As well as teaching year 4 children, I also set regular puzzles for more able children in years 5 and 6. I will post examples of activities I have used and web pages I have found which have helped generate ideas.
www.nrich.maths.org is always the first place I look for ideas. Here is an example of a puzzle I found there, and how I adapted it to take the learning further.
 Fitted is an activity that appeared in the key stage 3 section in November 2011. I slightly adapted it because the class teacher was working on area and perimeter in class.
“Nine squares with side lengths1,4,7,8,9,10,14,15 and18 cm can be fitted together with no gaps and no overlaps, to form a rectangle. What is the perimeter of the rectangle?”
In the next session I used www.mathspickle.com because it has a terrific video section that takes the same idea a bit further, but allows you to explore balanced equations in a practical context.
Although the website has worsheets for the activities, I rearranged them to save paper and to concentrate on area and perimeter (click on the picture).
We stuck with the idea of multiplying numbers together to find products, but used a calculator to explore products from consecutive numbers and square numbers. I have this activity in the context of area and in the context of mountains. I have attached resources for both.
The final activity we looked at linked to square numbers also came from nrich. I posted the recording sheet under multiplication activities. With the more able children we concentrated on multiplication using the grid method and using algebra to find the reason why the difference increases in square numbers.
Sticking with an algebra theme we are now investigating Fibonacci sequences. I found these resources.
(http://www.teachfind.com/nationalstrategies/fibsandtruths) and adapted them to produce these.

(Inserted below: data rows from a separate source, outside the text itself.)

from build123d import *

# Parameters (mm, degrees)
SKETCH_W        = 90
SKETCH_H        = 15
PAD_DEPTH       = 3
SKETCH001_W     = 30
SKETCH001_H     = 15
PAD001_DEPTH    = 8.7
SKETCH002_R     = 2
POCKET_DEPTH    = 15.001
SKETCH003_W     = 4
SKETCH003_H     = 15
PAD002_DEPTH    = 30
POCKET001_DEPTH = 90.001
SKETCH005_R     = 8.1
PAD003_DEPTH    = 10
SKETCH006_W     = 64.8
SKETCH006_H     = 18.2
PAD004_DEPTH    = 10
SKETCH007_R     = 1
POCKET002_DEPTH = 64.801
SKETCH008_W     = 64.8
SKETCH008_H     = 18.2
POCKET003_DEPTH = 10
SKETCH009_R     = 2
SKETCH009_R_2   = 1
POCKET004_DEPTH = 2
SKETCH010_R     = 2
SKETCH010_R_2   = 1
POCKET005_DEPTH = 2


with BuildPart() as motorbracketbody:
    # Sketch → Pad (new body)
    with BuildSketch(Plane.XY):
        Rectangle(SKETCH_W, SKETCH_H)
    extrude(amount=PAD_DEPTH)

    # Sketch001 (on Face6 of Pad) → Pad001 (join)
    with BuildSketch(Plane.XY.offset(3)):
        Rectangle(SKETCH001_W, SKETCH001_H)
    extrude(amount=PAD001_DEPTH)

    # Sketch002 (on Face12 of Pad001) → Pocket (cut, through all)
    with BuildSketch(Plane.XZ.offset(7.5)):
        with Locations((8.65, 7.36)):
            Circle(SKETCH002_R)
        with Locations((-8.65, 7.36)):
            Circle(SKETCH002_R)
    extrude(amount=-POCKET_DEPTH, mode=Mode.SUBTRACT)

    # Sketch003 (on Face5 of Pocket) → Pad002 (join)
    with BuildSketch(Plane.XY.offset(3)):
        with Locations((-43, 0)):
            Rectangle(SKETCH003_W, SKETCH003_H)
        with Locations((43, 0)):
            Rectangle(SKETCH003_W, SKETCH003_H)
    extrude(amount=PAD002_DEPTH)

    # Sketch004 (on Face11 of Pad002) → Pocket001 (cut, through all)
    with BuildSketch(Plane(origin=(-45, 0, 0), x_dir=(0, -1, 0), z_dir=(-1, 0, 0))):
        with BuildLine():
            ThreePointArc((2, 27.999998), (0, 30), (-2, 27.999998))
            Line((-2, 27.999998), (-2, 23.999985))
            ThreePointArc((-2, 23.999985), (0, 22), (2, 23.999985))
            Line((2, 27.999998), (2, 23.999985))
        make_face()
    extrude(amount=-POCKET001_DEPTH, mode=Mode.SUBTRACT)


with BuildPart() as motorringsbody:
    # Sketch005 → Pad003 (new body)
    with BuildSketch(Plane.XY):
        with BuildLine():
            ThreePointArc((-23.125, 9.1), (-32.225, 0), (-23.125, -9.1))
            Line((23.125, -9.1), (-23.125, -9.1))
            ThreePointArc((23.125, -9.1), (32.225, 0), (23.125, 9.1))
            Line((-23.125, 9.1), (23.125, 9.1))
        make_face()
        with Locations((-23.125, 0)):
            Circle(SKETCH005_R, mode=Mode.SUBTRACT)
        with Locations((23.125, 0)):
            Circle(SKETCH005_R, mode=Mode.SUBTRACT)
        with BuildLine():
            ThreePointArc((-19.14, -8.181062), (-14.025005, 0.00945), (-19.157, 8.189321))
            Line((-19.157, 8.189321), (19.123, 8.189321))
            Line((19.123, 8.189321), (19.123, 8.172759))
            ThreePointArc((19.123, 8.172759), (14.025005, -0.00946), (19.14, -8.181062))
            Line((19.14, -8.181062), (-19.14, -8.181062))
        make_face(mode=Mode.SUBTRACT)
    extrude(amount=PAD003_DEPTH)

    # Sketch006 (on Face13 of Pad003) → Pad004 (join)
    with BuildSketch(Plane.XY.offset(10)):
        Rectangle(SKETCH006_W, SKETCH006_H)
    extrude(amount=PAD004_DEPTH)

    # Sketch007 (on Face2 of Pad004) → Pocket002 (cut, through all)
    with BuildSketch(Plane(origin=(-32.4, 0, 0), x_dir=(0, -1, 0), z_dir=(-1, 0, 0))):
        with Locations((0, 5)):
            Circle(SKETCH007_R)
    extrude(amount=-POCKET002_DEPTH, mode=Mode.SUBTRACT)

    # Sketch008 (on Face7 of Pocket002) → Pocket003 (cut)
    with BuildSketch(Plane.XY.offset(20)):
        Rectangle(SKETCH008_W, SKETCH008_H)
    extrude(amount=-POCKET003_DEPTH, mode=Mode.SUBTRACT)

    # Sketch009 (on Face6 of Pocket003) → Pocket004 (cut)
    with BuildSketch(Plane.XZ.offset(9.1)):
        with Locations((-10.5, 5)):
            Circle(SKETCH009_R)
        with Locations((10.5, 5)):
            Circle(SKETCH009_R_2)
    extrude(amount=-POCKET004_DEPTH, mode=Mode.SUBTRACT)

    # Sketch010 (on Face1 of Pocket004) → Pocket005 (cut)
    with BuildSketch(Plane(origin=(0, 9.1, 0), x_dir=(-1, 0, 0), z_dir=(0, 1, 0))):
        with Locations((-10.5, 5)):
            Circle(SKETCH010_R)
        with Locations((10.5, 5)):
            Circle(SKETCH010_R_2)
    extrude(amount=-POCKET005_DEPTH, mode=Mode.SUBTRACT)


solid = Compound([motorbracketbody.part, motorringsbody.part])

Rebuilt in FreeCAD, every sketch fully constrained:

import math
import FreeCAD as App
import Part
import Sketcher


def add_polygon(sketch, points):
    """Adds a closed chain of lines whose ends are joined by coincident constraints."""
    first, n = sketch.GeometryCount, len(points)
    for a, b in zip(points, points[1:] + points[:1]):
        sketch.addGeometry(Part.LineSegment(App.Vector(*a, 0), App.Vector(*b, 0)), False)
    for i in range(n):
        sketch.addConstraint(Sketcher.Constraint("Coincident", first + i, 2, first + (i + 1) % n, 1))

doc = App.newDocument("Part")
body = doc.addObject("PartDesign::Body", "Body")

sketch1 = body.newObject("Sketcher::SketchObject", "Sketch")
sketch1.AttachmentSupport = (doc.getObject("XY_Plane"), [""])
sketch1.MapMode = "FlatFace"
add_polygon(sketch1, [(-45, 8), (-45, -8), (45, -8), (45, 8)])
sketch1.addConstraint([
    Sketcher.Constraint("Vertical", 0),
    Sketcher.Constraint("Horizontal", 1),
    Sketcher.Constraint("Vertical", 2),
    Sketcher.Constraint("Horizontal", 3),
    Sketcher.Constraint("Symmetric", 0, 2, 2, 2, -1, 1),
    Sketcher.Constraint("DistanceX", 1, 1, 1, 2, 90.0),
    Sketcher.Constraint("DistanceY", 0, 2, 0, 1, 15.0),
])
pad1 = body.newObject("PartDesign::Pad", "Pad")
pad1.Profile = sketch1
pad1.Length = 3

sketch2 = body.newObject("Sketcher::SketchObject", "Sketch001")
sketch2.AttachmentSupport = (doc.getObject("XY_Plane"), [""])
sketch2.MapMode = "FlatFace"
sketch2.AttachmentOffset = App.Placement(App.Vector(0, 0, 3), App.Rotation())
add_polygon(sketch2, [(-15, 8), (-15, -8), (15, -8), (15, 8)])
sketch2.addConstraint([
    Sketcher.Constraint("Vertical", 0),
    Sketcher.Constraint("Horizontal", 1),
    Sketcher.Constraint("Vertical", 2),
    Sketcher.Constraint("Horizontal", 3),
    Sketcher.Constraint("Symmetric", 0, 2, 2, 2, -1, 1),
    Sketcher.Constraint("DistanceX", 1, 1, 1, 2, 30.0),
    Sketcher.Constraint("DistanceY", 0, 2, 0, 1, 15.0),
])
pad2 = body.newObject("PartDesign::Pad", "Pad001")
pad2.Profile = sketch2
pad2.Length = 8.7

sketch3 = body.newObject("Sketcher::SketchObject", "Sketch002")
sketch3.AttachmentSupport = (doc.getObject("XZ_Plane"), [""])
sketch3.MapMode = "FlatFace"
sketch3.AttachmentOffset = App.Placement(App.Vector(0, 0, 7.5), App.Rotation())
sketch3.addGeometry([
    Part.Circle(App.Vector(8.7, 7.4, 0), App.Vector(0, 0, 1), 2),
    Part.Circle(App.Vector(-8.7, 7.4, 0), App.Vector(0, 0, 1), 2),
], False)
sketch3.addConstraint([
    Sketcher.Constraint("Equal", 0, 1),
    Sketcher.Constraint("Symmetric", 0, 3, 1, 3, -2),
    Sketcher.Constraint("Diameter", 0, 4.0),
    Sketcher.Constraint("DistanceX", 1, 3, 0, 3, 17.3),
    Sketcher.Constraint("DistanceY", -1, 1, 0, 3, 7.36),
])
pocket1 = body.newObject("PartDesign::Pocket", "Pocket")
pocket1.Profile = sketch3
pocket1.Type = "ThroughAll"

sketch4 = body.newObject("Sketcher::SketchObject", "Sketch003")
sketch4.AttachmentSupport = (doc.getObject("XY_Plane"), [""])
sketch4.MapMode = "FlatFace"
sketch4.AttachmentOffset = App.Placement(App.Vector(0, 0, 3), App.Rotation())
add_polygon(sketch4, [(-45, 7.5), (-45, -7.5), (-41, -7.5), (-41, 7.5)])
add_polygon(sketch4, [(41, 7.5), (41, -7.5), (45, -7.5), (45, 7.5)])
sketch4.addConstraint([
    Sketcher.Constraint("Vertical", 0),
    Sketcher.Constraint("Horizontal", 1),
    Sketcher.Constraint("Vertical", 2),
    Sketcher.Constraint("Horizontal", 3),
    Sketcher.Constraint("Vertical", 4),
    Sketcher.Constraint("Horizontal", 5),
    Sketcher.Constraint("Vertical", 6),
    Sketcher.Constraint("Horizontal", 7),
    Sketcher.Constraint("Symmetric", 2, 2, 4, 2, -1, 1),
    Sketcher.Constraint("Symmetric", 0, 2, 6, 2, -1, 1),
    Sketcher.Constraint("Horizontal", 1, 2, 4, 2),
    Sketcher.Constraint("DistanceX", 1, 1, 1, 2, 4.0),
    Sketcher.Constraint("DistanceY", 0, 2, 0, 1, 15.0),
    Sketcher.Constraint("DistanceX", 0, 2, -1, 1, 45.0),
])
pad3 = body.newObject("PartDesign::Pad", "Pad002")
pad3.Profile = sketch4
pad3.Length = 30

Next week we are going to revisit problems introduced in year 4. The strategy taught then was based on a guess and test approach. We will be refining this to using an algebraic approach to solve them more efficiently.

Sandcastles puzzle



Leaf Pyramid Algebra

See the rainforest post for a picture, or click
here to download resources.
We investigated the possible totals that could be made when the numbers on the bottom of the pyramid were consecutive. When solving the three layer pyramid, children noticed that the numbers in the top row were all multiples of 4, and that the number was always four times the middle number on the bottom row.

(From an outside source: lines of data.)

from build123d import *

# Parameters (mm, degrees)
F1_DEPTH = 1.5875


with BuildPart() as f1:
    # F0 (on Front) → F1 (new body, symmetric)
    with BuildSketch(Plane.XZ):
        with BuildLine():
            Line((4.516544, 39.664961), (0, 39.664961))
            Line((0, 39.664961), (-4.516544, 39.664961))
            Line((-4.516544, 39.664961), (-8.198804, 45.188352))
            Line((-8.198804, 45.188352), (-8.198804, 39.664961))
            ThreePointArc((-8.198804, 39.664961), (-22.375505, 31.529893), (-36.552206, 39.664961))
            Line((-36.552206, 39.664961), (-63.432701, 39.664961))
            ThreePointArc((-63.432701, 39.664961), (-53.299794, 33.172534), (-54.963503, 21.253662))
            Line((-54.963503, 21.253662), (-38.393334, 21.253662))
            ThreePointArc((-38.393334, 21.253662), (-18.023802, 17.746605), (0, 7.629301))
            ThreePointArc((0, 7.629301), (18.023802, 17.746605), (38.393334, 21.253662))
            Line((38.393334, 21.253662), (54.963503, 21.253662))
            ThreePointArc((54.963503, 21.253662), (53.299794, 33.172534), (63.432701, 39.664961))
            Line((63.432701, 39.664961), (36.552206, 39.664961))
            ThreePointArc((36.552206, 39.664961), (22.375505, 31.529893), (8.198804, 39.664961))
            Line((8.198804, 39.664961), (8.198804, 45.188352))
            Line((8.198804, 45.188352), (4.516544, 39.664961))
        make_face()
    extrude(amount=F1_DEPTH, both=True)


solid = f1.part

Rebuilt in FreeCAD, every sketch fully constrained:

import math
import FreeCAD as App
import Part
import Sketcher
Q = App.Units.Quantity

doc = App.newDocument("Part")
body = doc.addObject("PartDesign::Body", "Body")

# Sketch on XZ plane
sketch1 = body.newObject("Sketcher::SketchObject", "Sketch")
sketch1.AttachmentSupport = (doc.getObject("XZ_Plane"), [""])
sketch1.MapMode = "FlatFace"
sketch1.addGeometry(Part.LineSegment(App.Vector(4.516544, 39.664961, 0), App.Vector(-4.516544, 39.664961, 0)), False)
sketch1.addGeometry(Part.LineSegment(App.Vector(-4.516544, 39.664961, 0), App.Vector(-8.198804, 45.188352, 0)), False)
sketch1.addGeometry(Part.LineSegment(App.Vector(-8.198804, 45.188352, 0), App.Vector(-8.198804, 39.664961, 0)), False)
sketch1.addGeometry(Part.ArcOfCircle(Part.Circle(App.Vector(-22.375505, 47.95005, 0), App.Vector(0, 0, 1), 16.420157), math.radians(-149.697308), math.radians(-30.302692)), False)
sketch1.addGeometry(Part.LineSegment(App.Vector(-36.552206, 39.664961, 0), App.Vector(-63.432701, 39.664961, 0)), False)
sketch1.addGeometry(Part.ArcOfCircle(Part.Circle(App.Vector(-63.432701, 28.511396, 0), App.Vector(0, 0, 1), 11.153565), math.radians(-40.595136), math.radians(89.999999)), False)
sketch1.addGeometry(Part.LineSegment(App.Vector(-54.963503, 21.253662, 0), App.Vector(-38.393334, 21.253662, 0)), False)
sketch1.addGeometry(Part.ArcOfCircle(Part.Circle(App.Vector(-38.393332, -39.654558, 0), App.Vector(0, 0, 1), 60.90822), math.radians(50.92425), math.radians(90.000002)), False)
sketch1.addGeometry(Part.ArcOfCircle(Part.Circle(App.Vector(38.393332, -39.654558, 0), App.Vector(0, 0, 1), 60.90822), math.radians(89.999998), math.radians(129.07575)), False)
sketch1.addGeometry(Part.LineSegment(App.Vector(38.393334, 21.253662, 0), App.Vector(54.963503, 21.253662, 0)), False)
sketch1.addGeometry(Part.ArcOfCircle(Part.Circle(App.Vector(63.432701, 28.511396, 0), App.Vector(0, 0, 1), 11.153565), math.radians(90.000001), math.radians(220.595136)), False)
sketch1.addGeometry(Part.LineSegment(App.Vector(63.432701, 39.664961, 0), App.Vector(36.552206, 39.664961, 0)), False)
sketch1.addGeometry(Part.ArcOfCircle(Part.Circle(App.Vector(22.375505, 47.95005, 0), App.Vector(0, 0, 1), 16.420157), math.radians(-149.697308), math.radians(-30.302692)), False)
sketch1.addGeometry(Part.LineSegment(App.Vector(8.198804, 39.664961, 0), App.Vector(8.198804, 45.188352, 0)), False)
sketch1.addGeometry(Part.LineSegment(App.Vector(8.198804, 45.188352, 0), App.Vector(4.516544, 39.664961, 0)), False)
sketch1.addConstraint(Sketcher.Constraint("Coincident", 0, 2, 1, 1))
sketch1.addConstraint(Sketcher.Constraint("Coincident", 1, 2, 2, 1))
sketch1.addConstraint(Sketcher.Constraint("Coincident", 2, 2, 3, 2))
sketch1.addConstraint(Sketcher.Constraint("Coincident", 3, 1, 4, 1))
sketch1.addConstraint(Sketcher.Constraint("Tangent", 4, 2, 5, 2))
sketch1.addConstraint(Sketcher.Constraint("Coincident", 5, 1, 6, 1))
sketch1.addConstraint(Sketcher.Constraint("Tangent", 6, 2, 7, 2))
sketch1.addConstraint(Sketcher.Constraint("Coincident", 7, 1, 8, 2))
sketch1.addConstraint(Sketcher.Constraint("Tangent", 8, 1, 9, 1))
sketch1.addConstraint(Sketcher.Constraint("Coincident", 9, 2, 10, 2))
sketch1.addConstraint(Sketcher.Constraint("Tangent", 10, 1, 11, 1))
sketch1.addConstraint(Sketcher.Constraint("Coincident", 11, 2, 12, 2))
sketch1.addConstraint(Sketcher.Constraint("Coincident", 12, 1, 13, 1))
sketch1.addConstraint(Sketcher.Constraint("Coincident", 13, 2, 14, 1))
sketch1.addConstraint(Sketcher.Constraint("Coincident", 14, 2, 0, 1))
sketch1.addConstraint(Sketcher.Constraint("Horizontal", 0))
sketch1.addConstraint(Sketcher.Constraint("Vertical", 2))
sketch1.addConstraint(Sketcher.Constraint("Horizontal", 4))
sketch1.addConstraint(Sketcher.Constraint("Horizontal", 6))
sketch1.addConstraint(Sketcher.Constraint("Horizontal", 9))
sketch1.addConstraint(Sketcher.Constraint("Horizontal", 11))
sketch1.addConstraint(Sketcher.Constraint("Vertical", 13))
sketch1.addConstraint(Sketcher.Constraint("Equal", 7, 8))
sketch1.addConstraint(Sketcher.Constraint("Equal", 5, 10))
sketch1.addConstraint(Sketcher.Constraint("Equal", 3, 12))
sketch1.addConstraint(Sketcher.Constraint("Symmetric", 7, 3, 8, 3, -2))
sketch1.addConstraint(Sketcher.Constraint("Symmetric", 5, 3, 10, 3, -2))
sketch1.addConstraint(Sketcher.Constraint("Symmetric", 3, 3, 12, 3, -2))
sketch1.addConstraint(Sketcher.Constraint("Symmetric", 1, 2, 13, 2, -2))
sketch1.addConstraint(Sketcher.Constraint("Horizontal", 0, 2, 2, 2))
sketch1.addConstraint(Sketcher.Constraint("Horizontal", 2, 2, 3, 1))
sketch1.addConstraint(Sketcher.Constraint("Equal", 1, 14))
sketch1.addConstraint(Sketcher.Constraint("Radius", 7, Q("60.90822 mm")))
sketch1.addConstraint(Sketcher.Constraint("Radius", 3, Q("16.420157 mm")))
sketch1.addConstraint(Sketcher.Constraint("Radius", 5, Q("11.153565 mm")))
sketch1.addConstraint(Sketcher.Constraint("DistanceX", 6, 1, 6, 2, Q("16.570169 mm")))
sketch1.addConstraint(Sketcher.Constraint("DistanceY", 2, 2, 2, 1, Q("5.523391 mm")))
sketch1.addConstraint(Sketcher.Constraint("DistanceX", 5, 3, -1, 1, Q("63.432701 mm")))
sketch1.addConstraint(Sketcher.Constraint("DistanceY", -1, 1, 7, 1, Q("7.629301 mm")))
sketch1.addConstraint(Sketcher.Constraint("DistanceX", 3, 3, 1, 2, Q("14.176701 mm")))
sketch1.addConstraint(Sketcher.Constraint("DistanceX", 5, 3, 5, 1, Q("8.469198 mm")))
sketch1.addConstraint(Sketcher.Constraint("DistanceX", 5, 1, 3, 3, Q("32.587998 mm")))
sketch1.addConstraint(Sketcher.Constraint("Distance", 1, Q("6.638289 mm")))
pad1 = body.newObject("PartDesign::Pad", "Pad")
pad1.Profile = sketch1
pad1.Length = Q("0.125 in")
pad1.Midplane = True

doc.recompute()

I then challenged them to find the bottom four numbers if the top number was 100. This led to some children dividing the top number by 4. We then tried to complete the pyramid using algebraic terms with the bottom row being: n, n+1, n+2 and discovered the top number was 4n+4. If the top number = 100, then 4n+4=100. The children were able to manipulate this to calculate that n was 24. They then tried to complete the pyramid given different top numbers, before moving onto 4 layer pyramids.
Adding consecutive numbers (the Guass way).
Sticking with consecutive numbers…
Johann Carl Friedrich Gauss (30 April 1777 – 23 February 1855) was a very famous German mathematician. One well known story about him happened after the he misbehaved in primary school. His teacher, J.G. Büttner, gave him a task: add the numbers from 1 to 100. The young Gauss produced the correct answer within seconds, to the astonishment of his teacher. Can you find a quick way of adding all the numbers that he might have used?
Solving this puzzle with children reminded me of other consecutive number puzzles we have solved over the years. I always teach the children the strategy:
 draw loops to join first and last number and find total.
 repeat for second and second last numbers. what do you notice about the ‘loop’ total?
 repeat, joing all numbers in sequence and record all ‘loop’ totals.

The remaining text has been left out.